Но неизменная моя любовь, конечно же, футбол. Я играл за прекрасную команду Московского художественного академического театра. Так она и называлась — команда «МХАТ». А то, что она действительно была сильной, говорит хотя бы тот факт, что во главе ее стоял капитан Николай Николаевич Озеров. Чемпион страны по теннису, в футбол он играл за первую клубную «Спартака». Его уважали все судьи, потому что он играл тактично, элегантно, был истинным интеллигентом на поле.

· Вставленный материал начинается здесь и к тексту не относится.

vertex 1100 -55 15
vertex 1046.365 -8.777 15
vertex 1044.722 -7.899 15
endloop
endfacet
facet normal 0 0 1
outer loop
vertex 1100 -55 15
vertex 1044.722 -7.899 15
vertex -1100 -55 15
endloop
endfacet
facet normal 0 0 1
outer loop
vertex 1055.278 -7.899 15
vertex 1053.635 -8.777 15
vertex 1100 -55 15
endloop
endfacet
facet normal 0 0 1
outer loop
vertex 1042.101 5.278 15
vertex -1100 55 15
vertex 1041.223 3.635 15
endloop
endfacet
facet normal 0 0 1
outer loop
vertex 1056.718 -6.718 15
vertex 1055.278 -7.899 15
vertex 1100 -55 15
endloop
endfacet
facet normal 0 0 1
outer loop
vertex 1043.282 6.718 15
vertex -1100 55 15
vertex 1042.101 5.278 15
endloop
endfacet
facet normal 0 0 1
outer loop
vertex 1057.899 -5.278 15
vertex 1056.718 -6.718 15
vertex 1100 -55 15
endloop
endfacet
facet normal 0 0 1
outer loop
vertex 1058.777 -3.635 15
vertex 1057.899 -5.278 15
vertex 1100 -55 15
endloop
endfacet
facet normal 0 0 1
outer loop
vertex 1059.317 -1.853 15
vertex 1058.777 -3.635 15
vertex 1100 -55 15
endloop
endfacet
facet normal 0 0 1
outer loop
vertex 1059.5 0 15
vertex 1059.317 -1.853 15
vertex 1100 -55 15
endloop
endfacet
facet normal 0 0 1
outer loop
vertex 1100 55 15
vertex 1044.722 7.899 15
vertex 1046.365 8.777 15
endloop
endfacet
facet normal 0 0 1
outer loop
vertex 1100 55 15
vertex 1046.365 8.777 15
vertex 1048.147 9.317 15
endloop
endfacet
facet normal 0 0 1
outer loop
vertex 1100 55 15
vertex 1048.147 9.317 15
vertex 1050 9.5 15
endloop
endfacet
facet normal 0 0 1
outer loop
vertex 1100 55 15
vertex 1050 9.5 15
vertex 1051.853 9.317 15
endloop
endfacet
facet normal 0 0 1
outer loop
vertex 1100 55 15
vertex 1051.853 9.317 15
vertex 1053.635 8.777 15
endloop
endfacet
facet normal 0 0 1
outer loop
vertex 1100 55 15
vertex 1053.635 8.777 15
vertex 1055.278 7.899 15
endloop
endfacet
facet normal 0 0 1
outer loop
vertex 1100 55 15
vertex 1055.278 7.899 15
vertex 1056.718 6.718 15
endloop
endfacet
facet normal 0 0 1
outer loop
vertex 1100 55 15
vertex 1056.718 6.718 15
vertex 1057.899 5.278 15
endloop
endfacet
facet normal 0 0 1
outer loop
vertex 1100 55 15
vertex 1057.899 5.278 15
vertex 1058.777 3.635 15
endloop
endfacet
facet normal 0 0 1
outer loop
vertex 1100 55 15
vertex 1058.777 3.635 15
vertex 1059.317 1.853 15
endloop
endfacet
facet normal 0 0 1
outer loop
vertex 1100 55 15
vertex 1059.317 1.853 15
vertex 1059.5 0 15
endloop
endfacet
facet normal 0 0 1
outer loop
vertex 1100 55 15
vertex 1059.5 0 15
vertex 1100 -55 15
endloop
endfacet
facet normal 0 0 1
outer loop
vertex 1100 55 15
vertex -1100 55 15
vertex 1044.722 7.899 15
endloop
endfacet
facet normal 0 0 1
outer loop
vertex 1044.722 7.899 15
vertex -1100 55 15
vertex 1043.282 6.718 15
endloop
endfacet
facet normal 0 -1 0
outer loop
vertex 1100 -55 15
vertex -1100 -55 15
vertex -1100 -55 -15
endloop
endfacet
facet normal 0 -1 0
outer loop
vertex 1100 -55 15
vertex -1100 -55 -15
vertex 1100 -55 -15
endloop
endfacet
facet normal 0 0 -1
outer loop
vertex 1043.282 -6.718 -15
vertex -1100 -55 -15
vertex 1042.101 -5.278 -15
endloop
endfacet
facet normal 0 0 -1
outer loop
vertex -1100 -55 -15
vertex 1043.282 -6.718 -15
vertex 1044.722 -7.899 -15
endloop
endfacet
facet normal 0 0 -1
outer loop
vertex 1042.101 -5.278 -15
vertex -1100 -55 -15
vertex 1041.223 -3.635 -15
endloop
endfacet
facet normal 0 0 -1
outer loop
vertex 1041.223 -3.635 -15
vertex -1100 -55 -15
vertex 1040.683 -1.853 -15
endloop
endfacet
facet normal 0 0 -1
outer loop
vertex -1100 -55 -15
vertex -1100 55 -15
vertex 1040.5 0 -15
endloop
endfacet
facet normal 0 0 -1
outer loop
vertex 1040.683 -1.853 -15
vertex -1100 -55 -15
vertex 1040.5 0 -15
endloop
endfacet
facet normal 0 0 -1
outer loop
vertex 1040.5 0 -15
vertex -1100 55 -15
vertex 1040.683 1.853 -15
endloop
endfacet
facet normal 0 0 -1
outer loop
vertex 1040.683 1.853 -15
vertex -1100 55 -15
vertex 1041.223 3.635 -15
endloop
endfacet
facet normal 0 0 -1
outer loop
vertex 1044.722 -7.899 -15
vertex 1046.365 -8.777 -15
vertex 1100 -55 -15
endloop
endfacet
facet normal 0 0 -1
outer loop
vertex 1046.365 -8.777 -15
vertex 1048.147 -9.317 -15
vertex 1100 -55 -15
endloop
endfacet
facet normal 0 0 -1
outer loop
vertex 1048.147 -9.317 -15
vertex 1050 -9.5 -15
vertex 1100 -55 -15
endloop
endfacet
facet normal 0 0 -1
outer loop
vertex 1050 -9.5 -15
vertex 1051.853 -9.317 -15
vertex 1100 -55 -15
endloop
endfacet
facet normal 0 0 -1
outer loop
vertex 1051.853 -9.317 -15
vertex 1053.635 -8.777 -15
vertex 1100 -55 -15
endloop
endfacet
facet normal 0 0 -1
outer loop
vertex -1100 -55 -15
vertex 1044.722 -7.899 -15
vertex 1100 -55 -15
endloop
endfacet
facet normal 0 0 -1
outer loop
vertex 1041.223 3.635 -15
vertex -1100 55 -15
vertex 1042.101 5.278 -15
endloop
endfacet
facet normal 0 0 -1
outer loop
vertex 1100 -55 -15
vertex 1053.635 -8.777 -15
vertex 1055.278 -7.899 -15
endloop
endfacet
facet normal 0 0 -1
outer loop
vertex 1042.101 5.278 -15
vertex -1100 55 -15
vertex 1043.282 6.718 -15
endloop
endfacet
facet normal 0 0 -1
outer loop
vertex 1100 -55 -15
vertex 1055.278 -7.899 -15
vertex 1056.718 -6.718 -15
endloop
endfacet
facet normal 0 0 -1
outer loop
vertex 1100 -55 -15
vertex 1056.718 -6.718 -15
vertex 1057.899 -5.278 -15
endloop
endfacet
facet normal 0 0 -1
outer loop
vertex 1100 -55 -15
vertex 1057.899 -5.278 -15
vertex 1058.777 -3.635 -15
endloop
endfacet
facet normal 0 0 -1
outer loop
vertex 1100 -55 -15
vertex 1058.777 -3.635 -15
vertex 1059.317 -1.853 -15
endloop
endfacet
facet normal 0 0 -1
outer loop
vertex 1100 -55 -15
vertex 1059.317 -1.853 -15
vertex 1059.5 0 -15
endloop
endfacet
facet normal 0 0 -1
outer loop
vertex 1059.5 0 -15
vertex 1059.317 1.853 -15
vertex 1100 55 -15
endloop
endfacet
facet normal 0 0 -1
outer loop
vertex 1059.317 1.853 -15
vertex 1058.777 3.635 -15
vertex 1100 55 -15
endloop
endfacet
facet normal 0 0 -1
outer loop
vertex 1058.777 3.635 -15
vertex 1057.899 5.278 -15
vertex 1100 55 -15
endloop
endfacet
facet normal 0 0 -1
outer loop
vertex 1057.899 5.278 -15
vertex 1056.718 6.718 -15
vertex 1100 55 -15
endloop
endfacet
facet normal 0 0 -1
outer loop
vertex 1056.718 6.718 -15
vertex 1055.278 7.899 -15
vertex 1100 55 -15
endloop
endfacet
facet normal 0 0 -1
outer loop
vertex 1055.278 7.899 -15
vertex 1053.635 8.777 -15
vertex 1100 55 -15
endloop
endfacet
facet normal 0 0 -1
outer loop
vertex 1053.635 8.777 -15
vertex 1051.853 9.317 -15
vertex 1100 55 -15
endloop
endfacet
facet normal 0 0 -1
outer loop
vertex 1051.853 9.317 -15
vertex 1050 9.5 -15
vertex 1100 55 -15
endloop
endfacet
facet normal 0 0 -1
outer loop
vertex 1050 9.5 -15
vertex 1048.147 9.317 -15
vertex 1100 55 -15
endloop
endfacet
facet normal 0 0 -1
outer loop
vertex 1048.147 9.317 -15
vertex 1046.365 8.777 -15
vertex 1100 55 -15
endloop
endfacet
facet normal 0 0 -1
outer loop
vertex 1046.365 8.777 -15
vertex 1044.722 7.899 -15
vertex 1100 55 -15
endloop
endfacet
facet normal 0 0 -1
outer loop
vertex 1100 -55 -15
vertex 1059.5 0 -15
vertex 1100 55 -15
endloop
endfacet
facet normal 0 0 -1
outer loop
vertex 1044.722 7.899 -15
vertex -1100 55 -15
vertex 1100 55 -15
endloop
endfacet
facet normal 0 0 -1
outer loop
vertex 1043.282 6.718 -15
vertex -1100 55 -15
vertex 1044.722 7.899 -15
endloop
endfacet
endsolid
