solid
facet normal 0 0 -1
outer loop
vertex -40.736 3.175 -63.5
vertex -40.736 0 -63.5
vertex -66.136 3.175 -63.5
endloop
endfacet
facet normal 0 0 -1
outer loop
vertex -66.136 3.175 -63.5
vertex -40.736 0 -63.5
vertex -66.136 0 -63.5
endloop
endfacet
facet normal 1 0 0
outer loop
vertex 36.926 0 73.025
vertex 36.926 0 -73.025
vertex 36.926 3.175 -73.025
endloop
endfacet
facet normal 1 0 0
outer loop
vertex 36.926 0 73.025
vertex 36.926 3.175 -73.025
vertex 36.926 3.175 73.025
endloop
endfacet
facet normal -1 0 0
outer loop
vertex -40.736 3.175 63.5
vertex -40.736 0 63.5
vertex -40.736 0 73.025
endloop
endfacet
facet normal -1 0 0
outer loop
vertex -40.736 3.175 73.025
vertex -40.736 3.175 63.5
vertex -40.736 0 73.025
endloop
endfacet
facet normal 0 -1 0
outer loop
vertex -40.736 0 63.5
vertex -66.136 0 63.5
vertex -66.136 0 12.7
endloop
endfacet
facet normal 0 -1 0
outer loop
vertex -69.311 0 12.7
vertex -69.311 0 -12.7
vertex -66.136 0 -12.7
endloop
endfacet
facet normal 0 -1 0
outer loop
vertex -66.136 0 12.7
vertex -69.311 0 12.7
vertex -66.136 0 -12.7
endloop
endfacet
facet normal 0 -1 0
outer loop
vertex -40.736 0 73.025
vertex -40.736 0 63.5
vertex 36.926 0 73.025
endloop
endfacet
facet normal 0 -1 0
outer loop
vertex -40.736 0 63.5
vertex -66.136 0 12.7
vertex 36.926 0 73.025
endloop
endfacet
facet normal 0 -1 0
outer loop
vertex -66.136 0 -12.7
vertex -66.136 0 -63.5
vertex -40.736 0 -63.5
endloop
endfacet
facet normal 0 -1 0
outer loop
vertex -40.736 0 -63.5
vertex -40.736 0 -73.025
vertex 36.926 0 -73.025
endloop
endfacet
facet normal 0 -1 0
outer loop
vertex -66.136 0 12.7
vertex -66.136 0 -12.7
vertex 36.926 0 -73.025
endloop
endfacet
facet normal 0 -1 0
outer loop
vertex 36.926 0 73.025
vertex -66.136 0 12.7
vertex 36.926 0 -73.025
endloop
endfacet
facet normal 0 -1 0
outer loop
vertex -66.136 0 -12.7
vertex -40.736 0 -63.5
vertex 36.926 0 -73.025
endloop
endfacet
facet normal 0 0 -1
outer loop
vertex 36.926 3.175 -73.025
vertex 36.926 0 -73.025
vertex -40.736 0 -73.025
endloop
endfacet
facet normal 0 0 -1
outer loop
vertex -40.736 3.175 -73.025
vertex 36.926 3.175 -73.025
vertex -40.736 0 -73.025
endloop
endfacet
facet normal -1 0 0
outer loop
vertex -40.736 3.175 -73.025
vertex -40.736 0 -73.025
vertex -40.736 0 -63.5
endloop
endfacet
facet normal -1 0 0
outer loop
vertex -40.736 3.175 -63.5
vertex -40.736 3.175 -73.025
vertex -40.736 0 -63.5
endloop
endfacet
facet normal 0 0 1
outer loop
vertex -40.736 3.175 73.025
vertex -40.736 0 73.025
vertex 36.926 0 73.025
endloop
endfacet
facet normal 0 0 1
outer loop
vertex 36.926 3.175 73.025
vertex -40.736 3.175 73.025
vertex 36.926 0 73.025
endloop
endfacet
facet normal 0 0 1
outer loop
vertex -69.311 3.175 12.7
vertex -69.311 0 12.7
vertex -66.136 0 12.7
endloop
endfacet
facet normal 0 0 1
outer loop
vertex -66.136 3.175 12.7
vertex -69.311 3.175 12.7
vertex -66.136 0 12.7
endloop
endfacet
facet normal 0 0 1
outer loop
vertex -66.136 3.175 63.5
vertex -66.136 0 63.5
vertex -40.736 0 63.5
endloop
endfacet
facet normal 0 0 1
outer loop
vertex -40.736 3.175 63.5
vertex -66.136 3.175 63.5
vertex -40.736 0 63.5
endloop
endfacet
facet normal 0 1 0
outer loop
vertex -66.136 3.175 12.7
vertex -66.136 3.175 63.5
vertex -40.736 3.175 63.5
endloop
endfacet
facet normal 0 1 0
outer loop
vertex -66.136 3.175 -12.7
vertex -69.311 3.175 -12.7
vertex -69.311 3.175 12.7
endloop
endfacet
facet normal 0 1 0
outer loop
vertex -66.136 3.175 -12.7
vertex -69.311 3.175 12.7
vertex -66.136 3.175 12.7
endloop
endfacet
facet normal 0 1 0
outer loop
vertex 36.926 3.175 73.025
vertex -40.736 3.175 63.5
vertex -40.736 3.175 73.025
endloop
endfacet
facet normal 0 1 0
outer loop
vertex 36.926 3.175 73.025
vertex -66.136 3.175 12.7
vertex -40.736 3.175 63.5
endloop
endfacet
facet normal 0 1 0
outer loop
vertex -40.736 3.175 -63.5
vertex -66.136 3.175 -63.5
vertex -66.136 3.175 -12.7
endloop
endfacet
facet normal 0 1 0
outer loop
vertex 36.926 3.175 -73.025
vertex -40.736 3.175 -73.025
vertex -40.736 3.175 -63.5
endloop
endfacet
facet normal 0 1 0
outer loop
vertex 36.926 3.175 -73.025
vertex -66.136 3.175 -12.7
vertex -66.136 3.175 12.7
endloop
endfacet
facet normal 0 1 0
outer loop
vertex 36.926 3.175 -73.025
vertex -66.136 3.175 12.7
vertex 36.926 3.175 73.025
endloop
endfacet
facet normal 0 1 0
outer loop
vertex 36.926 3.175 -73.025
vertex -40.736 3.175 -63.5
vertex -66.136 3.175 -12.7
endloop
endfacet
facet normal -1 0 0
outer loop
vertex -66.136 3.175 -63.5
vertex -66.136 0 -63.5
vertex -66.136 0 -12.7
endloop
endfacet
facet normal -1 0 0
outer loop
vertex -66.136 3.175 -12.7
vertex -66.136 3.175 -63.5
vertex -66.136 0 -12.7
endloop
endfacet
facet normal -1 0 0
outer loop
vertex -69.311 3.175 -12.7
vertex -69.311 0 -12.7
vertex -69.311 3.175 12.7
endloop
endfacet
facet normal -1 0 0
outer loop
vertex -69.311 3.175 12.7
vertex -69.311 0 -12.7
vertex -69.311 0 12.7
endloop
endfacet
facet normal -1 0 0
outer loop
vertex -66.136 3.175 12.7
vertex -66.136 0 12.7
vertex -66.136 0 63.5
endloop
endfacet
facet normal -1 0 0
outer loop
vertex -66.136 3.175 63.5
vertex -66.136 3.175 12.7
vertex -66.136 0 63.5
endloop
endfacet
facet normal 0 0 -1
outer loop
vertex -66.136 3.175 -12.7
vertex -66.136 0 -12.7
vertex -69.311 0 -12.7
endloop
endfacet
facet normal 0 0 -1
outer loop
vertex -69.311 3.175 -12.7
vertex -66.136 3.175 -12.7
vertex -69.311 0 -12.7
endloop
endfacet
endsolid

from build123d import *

# Parameters (mm, degrees)
BOSS_EXTRUDE1_DEPTH = 3.175
SKETCH2_W           = 29.21
SKETCH2_H           = 146.05
CUT_EXTRUDE1_DEPTH  = 101.731234192


with BuildPart() as part:
    # Sketch1 → Boss-Extrude1 (new body)
    with BuildSketch(Plane(origin=(0, 0, 0), x_dir=(1, 0, 0), z_dir=(0, 1, 0))):
        Polygon((-40.736256602, -73.025), (59.786256602, -73.025), (59.786256602, -63.5), (66.136256602, -63.5), (66.136256602, 63.5), (59.786256602, 63.5), (59.786256602, 73.025), (-40.736256602, 73.025), (-40.736256602, 63.5), (-66.136256602, 63.5), (-66.136256602, 12.7), (-69.311256602, 12.7), (-69.311256602, -12.7), (-66.136256602, -12.7), (-66.136256602, -63.5), (-40.736256602, -63.5), align=None)
    extrude(amount=BOSS_EXTRUDE1_DEPTH)

    # Sketch2 → Cut-Extrude1 (cut, through all)
    with BuildSketch(Plane.XZ):
        with Locations((51.531256602, 0)):
            Rectangle(SKETCH2_W, SKETCH2_H)
    extrude(amount=-CUT_EXTRUDE1_DEPTH, mode=Mode.SUBTRACT)


solid = part.part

Когда в игре создавалась сложная ситуация и судья вел себя в ней некорректно, Озеров делал ему серьезные замечания, и тот ничего не мог ему возразить.
Мы травим в компаниях, в дружеских беседах, да везде, где собираемся больше одного: один рассказчик, один слушатель, и этого вполне достаточно. Я рассказывал многим о многом. И вдруг увидел, что мои рассказы возвращаются ко мне в газетных и журнальных публикациях, в пересказах других людей, но в искаженном виде — совсем не в том, как рассказывал я. Иной раз я их просто не узнавал.
И это тоже одна из причин, по которой я решил написать книгу: пусть все-таки будет хоть первоисточник, так сказать, канонический текст.
Один мой рассказ, под названием «Судьба», использовал даже мой друг Миша Евдокимов. Правда, в отличие от других, он не приписывает себе авторство, а всегда честно говорит:
— Так мне рассказал Дуров.
Эту историю, случившуюся с бабой Клавой, можно смело отнести к трагикомическому жанру.
Когда я жил на Филевском парке, то часто выходил туда гулять с маленькой Катей. Там все друг друга знали, раскланивались, хвалили чужих детей — все, как и положено. И была там баба Клава, которая гуляла с внуком. Это была умная, необычайно полная женщина. Она жила в соседнем доме, который стоял перпендикулярно нашему.
И вот выхожу я как-то из дома и вижу: стоит на табуретках гроб, а вокруг маленькая толпичка людей. Я подошел поближе, смотрю — в гробу лежит баба Клава. Обычай такой: ставят во дворе гроб, чтобы все знакомые могли проститься с покойником. Узнаю всех бабушек, с которыми она сидела на скамейке у подъезда и гуляла по парку.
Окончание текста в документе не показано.